Alex,
It all depends on how the results are used. If we compare one stove to
another or two different labs are doing the testing then, to be fair to
the stove maker, we should use calibrated equipment and QC thats to our
standard. Measuring CO (for example) in air to see if it passes a
standard we should use calibrated equipment. But if in house and looking
at changes it matter less.
Its fairness in testing that I think important. How great a stove is may
be equal to how bad the equipment used in testing was. We can't put
together a catalog of stoves that includes results to be used in
picking the best one for an area until we get fair testing to compare.

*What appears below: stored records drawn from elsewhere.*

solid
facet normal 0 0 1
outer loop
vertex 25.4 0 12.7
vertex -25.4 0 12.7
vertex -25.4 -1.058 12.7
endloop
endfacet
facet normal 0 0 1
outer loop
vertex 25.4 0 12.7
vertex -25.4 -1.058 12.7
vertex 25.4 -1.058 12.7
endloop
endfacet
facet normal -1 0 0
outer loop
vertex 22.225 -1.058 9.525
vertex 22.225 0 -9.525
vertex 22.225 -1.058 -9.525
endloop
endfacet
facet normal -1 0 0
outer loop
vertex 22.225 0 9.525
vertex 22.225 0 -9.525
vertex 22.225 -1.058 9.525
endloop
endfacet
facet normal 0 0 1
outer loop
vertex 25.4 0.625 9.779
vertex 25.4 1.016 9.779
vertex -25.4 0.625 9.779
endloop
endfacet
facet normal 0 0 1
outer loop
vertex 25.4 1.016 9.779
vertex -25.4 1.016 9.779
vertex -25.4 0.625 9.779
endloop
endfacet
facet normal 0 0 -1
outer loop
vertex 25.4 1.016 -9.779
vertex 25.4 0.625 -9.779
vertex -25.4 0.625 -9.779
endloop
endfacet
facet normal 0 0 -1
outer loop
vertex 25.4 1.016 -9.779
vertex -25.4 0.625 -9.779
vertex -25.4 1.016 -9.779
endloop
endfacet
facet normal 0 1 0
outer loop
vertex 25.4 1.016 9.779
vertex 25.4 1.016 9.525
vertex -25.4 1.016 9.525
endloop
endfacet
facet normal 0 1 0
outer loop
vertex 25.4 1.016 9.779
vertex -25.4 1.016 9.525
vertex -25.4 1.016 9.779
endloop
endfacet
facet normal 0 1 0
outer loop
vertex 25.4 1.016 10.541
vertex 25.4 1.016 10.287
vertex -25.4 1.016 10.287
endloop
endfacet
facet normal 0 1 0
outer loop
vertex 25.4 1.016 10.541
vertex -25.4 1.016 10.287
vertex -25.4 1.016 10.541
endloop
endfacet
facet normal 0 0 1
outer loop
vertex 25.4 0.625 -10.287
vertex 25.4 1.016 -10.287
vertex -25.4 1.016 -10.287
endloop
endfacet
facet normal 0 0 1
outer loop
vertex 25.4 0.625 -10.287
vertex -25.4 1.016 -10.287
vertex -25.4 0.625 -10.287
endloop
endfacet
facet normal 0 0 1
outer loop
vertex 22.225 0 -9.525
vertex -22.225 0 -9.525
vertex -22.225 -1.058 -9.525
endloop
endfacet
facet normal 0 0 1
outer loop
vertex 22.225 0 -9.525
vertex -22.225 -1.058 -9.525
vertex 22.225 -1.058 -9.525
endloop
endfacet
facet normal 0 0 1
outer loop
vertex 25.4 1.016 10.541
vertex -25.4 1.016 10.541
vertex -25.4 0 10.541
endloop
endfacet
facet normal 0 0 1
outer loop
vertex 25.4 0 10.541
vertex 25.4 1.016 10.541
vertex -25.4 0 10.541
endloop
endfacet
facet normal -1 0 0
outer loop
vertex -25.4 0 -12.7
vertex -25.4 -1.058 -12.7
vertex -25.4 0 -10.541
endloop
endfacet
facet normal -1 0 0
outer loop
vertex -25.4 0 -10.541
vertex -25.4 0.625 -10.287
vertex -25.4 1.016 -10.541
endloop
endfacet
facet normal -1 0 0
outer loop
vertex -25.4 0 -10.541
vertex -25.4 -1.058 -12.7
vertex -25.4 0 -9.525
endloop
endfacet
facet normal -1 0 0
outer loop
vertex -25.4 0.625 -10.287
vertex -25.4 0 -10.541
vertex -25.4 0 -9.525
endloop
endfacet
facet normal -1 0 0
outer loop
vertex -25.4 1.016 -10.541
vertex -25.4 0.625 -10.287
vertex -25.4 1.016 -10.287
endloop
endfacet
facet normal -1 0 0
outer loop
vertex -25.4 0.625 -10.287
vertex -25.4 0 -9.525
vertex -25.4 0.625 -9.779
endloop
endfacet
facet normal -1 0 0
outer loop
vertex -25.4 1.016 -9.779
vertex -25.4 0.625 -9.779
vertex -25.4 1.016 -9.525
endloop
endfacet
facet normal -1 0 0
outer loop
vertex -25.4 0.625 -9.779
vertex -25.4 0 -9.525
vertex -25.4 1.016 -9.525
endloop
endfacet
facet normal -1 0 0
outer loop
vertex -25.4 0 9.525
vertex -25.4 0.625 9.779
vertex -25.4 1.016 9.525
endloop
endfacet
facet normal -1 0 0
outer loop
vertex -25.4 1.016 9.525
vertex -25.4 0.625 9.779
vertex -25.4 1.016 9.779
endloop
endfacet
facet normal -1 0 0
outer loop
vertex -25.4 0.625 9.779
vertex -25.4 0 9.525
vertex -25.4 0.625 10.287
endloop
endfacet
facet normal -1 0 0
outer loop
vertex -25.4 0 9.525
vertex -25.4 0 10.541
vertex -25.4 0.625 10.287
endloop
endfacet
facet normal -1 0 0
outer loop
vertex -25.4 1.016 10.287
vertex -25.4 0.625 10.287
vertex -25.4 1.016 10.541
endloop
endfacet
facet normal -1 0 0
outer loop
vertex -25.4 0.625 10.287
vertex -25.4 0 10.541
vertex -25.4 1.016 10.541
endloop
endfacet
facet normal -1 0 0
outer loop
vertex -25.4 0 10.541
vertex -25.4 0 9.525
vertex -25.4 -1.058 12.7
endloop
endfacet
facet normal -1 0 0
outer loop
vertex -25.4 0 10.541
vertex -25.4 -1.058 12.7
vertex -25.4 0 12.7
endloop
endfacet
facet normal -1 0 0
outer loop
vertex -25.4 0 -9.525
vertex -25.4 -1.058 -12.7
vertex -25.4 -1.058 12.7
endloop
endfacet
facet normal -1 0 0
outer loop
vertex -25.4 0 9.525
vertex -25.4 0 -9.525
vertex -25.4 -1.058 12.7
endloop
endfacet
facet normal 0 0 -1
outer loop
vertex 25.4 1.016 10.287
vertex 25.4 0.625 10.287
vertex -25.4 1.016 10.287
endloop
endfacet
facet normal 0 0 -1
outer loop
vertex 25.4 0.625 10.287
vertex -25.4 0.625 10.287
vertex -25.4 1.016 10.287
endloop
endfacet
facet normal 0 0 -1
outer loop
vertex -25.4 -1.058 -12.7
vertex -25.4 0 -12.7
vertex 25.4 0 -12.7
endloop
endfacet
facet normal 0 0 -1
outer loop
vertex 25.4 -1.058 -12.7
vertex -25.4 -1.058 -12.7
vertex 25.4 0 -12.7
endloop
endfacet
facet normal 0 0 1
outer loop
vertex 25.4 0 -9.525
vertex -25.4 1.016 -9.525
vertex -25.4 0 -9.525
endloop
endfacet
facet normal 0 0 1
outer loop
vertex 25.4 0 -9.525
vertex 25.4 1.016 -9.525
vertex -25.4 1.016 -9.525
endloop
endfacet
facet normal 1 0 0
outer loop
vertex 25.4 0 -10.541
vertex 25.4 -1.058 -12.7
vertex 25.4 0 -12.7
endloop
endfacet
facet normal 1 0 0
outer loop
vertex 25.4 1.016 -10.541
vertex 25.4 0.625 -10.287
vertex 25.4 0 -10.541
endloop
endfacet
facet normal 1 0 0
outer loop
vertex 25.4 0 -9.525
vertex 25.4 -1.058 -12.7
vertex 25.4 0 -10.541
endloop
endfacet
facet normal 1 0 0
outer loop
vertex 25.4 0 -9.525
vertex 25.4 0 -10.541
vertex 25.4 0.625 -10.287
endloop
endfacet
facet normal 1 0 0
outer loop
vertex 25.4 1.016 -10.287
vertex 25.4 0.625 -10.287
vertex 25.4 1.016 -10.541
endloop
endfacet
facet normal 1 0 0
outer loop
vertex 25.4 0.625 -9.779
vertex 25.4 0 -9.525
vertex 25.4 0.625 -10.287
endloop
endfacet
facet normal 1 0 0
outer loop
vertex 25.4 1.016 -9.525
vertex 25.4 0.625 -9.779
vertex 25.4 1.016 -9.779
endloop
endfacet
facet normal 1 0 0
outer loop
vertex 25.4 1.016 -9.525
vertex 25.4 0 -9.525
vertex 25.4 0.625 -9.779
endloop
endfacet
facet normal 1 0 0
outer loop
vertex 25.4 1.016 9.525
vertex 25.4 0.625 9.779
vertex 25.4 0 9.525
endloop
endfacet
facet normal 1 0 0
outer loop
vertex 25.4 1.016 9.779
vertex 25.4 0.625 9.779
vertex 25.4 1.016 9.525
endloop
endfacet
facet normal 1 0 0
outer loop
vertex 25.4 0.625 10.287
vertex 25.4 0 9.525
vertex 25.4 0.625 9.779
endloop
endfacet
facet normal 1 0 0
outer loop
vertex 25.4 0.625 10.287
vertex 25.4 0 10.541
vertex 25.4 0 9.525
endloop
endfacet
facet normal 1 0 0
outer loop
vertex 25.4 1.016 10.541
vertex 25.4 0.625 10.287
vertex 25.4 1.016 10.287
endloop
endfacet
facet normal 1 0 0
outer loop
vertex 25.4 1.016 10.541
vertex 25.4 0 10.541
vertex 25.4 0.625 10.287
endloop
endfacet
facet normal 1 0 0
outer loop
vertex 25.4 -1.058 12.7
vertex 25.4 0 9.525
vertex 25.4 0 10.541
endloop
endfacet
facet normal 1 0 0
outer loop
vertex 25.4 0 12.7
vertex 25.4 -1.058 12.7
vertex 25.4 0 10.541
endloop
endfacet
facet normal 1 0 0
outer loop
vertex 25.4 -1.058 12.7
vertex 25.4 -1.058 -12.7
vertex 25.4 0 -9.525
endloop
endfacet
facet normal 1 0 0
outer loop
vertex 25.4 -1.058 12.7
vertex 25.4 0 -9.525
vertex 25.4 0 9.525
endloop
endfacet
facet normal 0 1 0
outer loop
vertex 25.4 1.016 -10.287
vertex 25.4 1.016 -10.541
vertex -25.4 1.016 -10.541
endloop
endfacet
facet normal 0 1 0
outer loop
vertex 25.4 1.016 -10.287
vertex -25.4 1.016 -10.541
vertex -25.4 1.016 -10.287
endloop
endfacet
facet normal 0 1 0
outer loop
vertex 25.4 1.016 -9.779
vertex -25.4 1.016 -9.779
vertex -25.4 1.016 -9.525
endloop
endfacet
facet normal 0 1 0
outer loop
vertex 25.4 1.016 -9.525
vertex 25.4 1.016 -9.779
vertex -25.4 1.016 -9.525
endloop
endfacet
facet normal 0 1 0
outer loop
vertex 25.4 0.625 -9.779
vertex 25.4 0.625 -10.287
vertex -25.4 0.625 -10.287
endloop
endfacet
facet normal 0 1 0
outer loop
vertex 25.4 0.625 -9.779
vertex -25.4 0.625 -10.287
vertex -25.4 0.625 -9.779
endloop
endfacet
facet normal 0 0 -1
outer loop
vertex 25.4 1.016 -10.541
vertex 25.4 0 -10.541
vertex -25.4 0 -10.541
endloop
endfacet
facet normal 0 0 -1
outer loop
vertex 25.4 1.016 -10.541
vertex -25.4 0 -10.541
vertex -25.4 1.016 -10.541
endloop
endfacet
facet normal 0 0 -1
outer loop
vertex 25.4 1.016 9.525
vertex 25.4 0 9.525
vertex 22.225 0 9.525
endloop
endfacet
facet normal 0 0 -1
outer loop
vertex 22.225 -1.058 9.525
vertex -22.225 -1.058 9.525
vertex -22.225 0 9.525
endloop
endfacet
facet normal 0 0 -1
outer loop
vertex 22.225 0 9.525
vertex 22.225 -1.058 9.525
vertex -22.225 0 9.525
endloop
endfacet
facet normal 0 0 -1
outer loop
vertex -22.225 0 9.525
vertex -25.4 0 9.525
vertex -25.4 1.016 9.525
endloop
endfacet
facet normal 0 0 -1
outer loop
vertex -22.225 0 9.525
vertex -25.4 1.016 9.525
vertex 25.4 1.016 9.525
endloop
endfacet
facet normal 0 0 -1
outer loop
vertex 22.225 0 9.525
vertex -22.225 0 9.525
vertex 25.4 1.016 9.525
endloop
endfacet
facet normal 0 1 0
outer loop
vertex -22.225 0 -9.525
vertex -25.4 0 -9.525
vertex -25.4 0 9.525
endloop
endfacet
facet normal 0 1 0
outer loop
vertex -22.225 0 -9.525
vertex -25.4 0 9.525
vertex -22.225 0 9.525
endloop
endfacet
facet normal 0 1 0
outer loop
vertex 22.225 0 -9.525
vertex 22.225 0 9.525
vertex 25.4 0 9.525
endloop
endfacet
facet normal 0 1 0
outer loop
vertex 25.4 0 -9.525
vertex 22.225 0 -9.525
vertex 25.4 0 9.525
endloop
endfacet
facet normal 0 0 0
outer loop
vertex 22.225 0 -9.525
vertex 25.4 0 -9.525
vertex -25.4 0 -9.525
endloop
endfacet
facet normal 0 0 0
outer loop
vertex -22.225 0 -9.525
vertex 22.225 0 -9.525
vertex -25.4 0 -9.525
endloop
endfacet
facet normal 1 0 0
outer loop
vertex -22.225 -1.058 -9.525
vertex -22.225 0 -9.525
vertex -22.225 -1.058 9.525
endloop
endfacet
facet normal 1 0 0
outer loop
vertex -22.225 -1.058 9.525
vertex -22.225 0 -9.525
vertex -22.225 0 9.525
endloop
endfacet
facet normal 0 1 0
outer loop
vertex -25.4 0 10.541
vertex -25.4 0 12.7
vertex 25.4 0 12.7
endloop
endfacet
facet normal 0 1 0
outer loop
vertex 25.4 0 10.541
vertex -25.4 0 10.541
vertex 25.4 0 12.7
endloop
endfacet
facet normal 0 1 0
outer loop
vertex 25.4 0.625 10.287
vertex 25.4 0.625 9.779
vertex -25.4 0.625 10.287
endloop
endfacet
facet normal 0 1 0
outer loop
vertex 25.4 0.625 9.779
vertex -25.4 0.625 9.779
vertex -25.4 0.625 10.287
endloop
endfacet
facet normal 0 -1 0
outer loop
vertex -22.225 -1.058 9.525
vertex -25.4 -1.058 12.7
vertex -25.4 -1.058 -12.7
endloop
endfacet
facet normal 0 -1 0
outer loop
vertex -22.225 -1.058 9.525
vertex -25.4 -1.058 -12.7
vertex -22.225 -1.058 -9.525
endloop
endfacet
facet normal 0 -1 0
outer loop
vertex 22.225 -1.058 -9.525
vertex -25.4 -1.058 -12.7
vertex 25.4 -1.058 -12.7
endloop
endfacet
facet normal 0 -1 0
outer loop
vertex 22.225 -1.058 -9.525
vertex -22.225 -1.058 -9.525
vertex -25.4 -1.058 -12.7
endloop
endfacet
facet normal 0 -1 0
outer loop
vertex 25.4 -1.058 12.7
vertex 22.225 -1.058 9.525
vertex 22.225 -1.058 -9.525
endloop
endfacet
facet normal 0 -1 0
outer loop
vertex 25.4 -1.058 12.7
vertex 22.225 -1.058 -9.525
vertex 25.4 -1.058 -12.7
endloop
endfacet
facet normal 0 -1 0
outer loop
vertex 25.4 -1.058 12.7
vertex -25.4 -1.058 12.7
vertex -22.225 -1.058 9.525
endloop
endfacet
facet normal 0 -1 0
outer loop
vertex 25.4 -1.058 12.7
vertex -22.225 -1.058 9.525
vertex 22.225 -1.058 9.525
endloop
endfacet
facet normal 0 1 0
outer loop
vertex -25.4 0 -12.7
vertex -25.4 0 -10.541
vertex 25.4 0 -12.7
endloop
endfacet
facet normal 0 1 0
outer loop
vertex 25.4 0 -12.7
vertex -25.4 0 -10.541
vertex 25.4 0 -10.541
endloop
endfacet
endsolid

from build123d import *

# Parameters (mm, degrees)
F0_W     = 50.8
F0_H     = 25.4
F0_W_2   = 44.45
F0_H_2   = 19.05
F1_DEPTH = 1.058333
F3_DEPTH = 25.4


with BuildPart() as f1:
    # F0 (on Front) → F1 (new body)
    with BuildSketch(Plane.XZ):
        Rectangle(F0_W, F0_H)
        Rectangle(F0_W_2, F0_H_2, mode=Mode.SUBTRACT)
    extrude(amount=F1_DEPTH)

    # F2 (on Right) → F3 (join, symmetric)
    with BuildSketch(Plane.YZ):
        Polygon((0, 10.541), (0, 9.525), (1.016, 9.525), (1.016, 9.779), (0.625132, 9.779), (0.625132, 10.287), (1.016, 10.287), (1.016, 10.541), align=None)
        Polygon((0, -9.525007), (0, -10.541007), (1.016, -10.541007), (1.016, -10.287007), (0.625132, -10.287007), (0.625132, -9.779007), (1.016, -9.779007), (1.016, -9.525007), align=None)
    extrude(amount=F3_DEPTH, both=True)


solid = f1.part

Thats all down the road - I hope...
Regards
Frank
Alex English wrote:
Dear Frank and all,
As a old CO testing hack I wished for scientific calibration and
settled for functional repeatability. Aside from zero I had a kerosene
lamp that I move through a range of clean flame heights (2,3,4 cm) and
see how O2 and CO changed. Unfortunately all I am sure of is that they
had good correlation with each other, good for a hack. Aside from that
we had our oil fired Riello burners on our boilers which also behaved
with admirable consistency, similar to the kerosene lamp, only not
portable.
I suppose some might think this is useful advice and others are
thinking "stop! This is what we don't want"
Practically yours,
Alex
On 10/26/2010 5:23 PM, frank wrote:
Dear Crispin and all,
We have Zero for one calibration, we have range, linear response and
detection limit. Working in a lab one can get overly critical of
reported values that does not go through all the steps at the time of
testing. I realize not as important for much of the stuff we do but if
we are to place values on CO in the air, set limits and the such, we all
need to be using calibrated equipment.
Does Emerson provide the supply gas? or use electrical signal for the
calibration? I suggest it can only be done using real pure gas.
Regards
Frank
Crispin Pemberton-Pigott wrote:
Dear Frank
I think the calibration is needed now and then. Real calibration
against a calibrated source.
Daily, we look for how it treats air. I like Philip Lloyd's practise
of removing the probe from time to time to see if it has CO go to
zero. It is rare for cells other than CO to have problems. CO cells
can get saturated and report high for quite a long time (an hour).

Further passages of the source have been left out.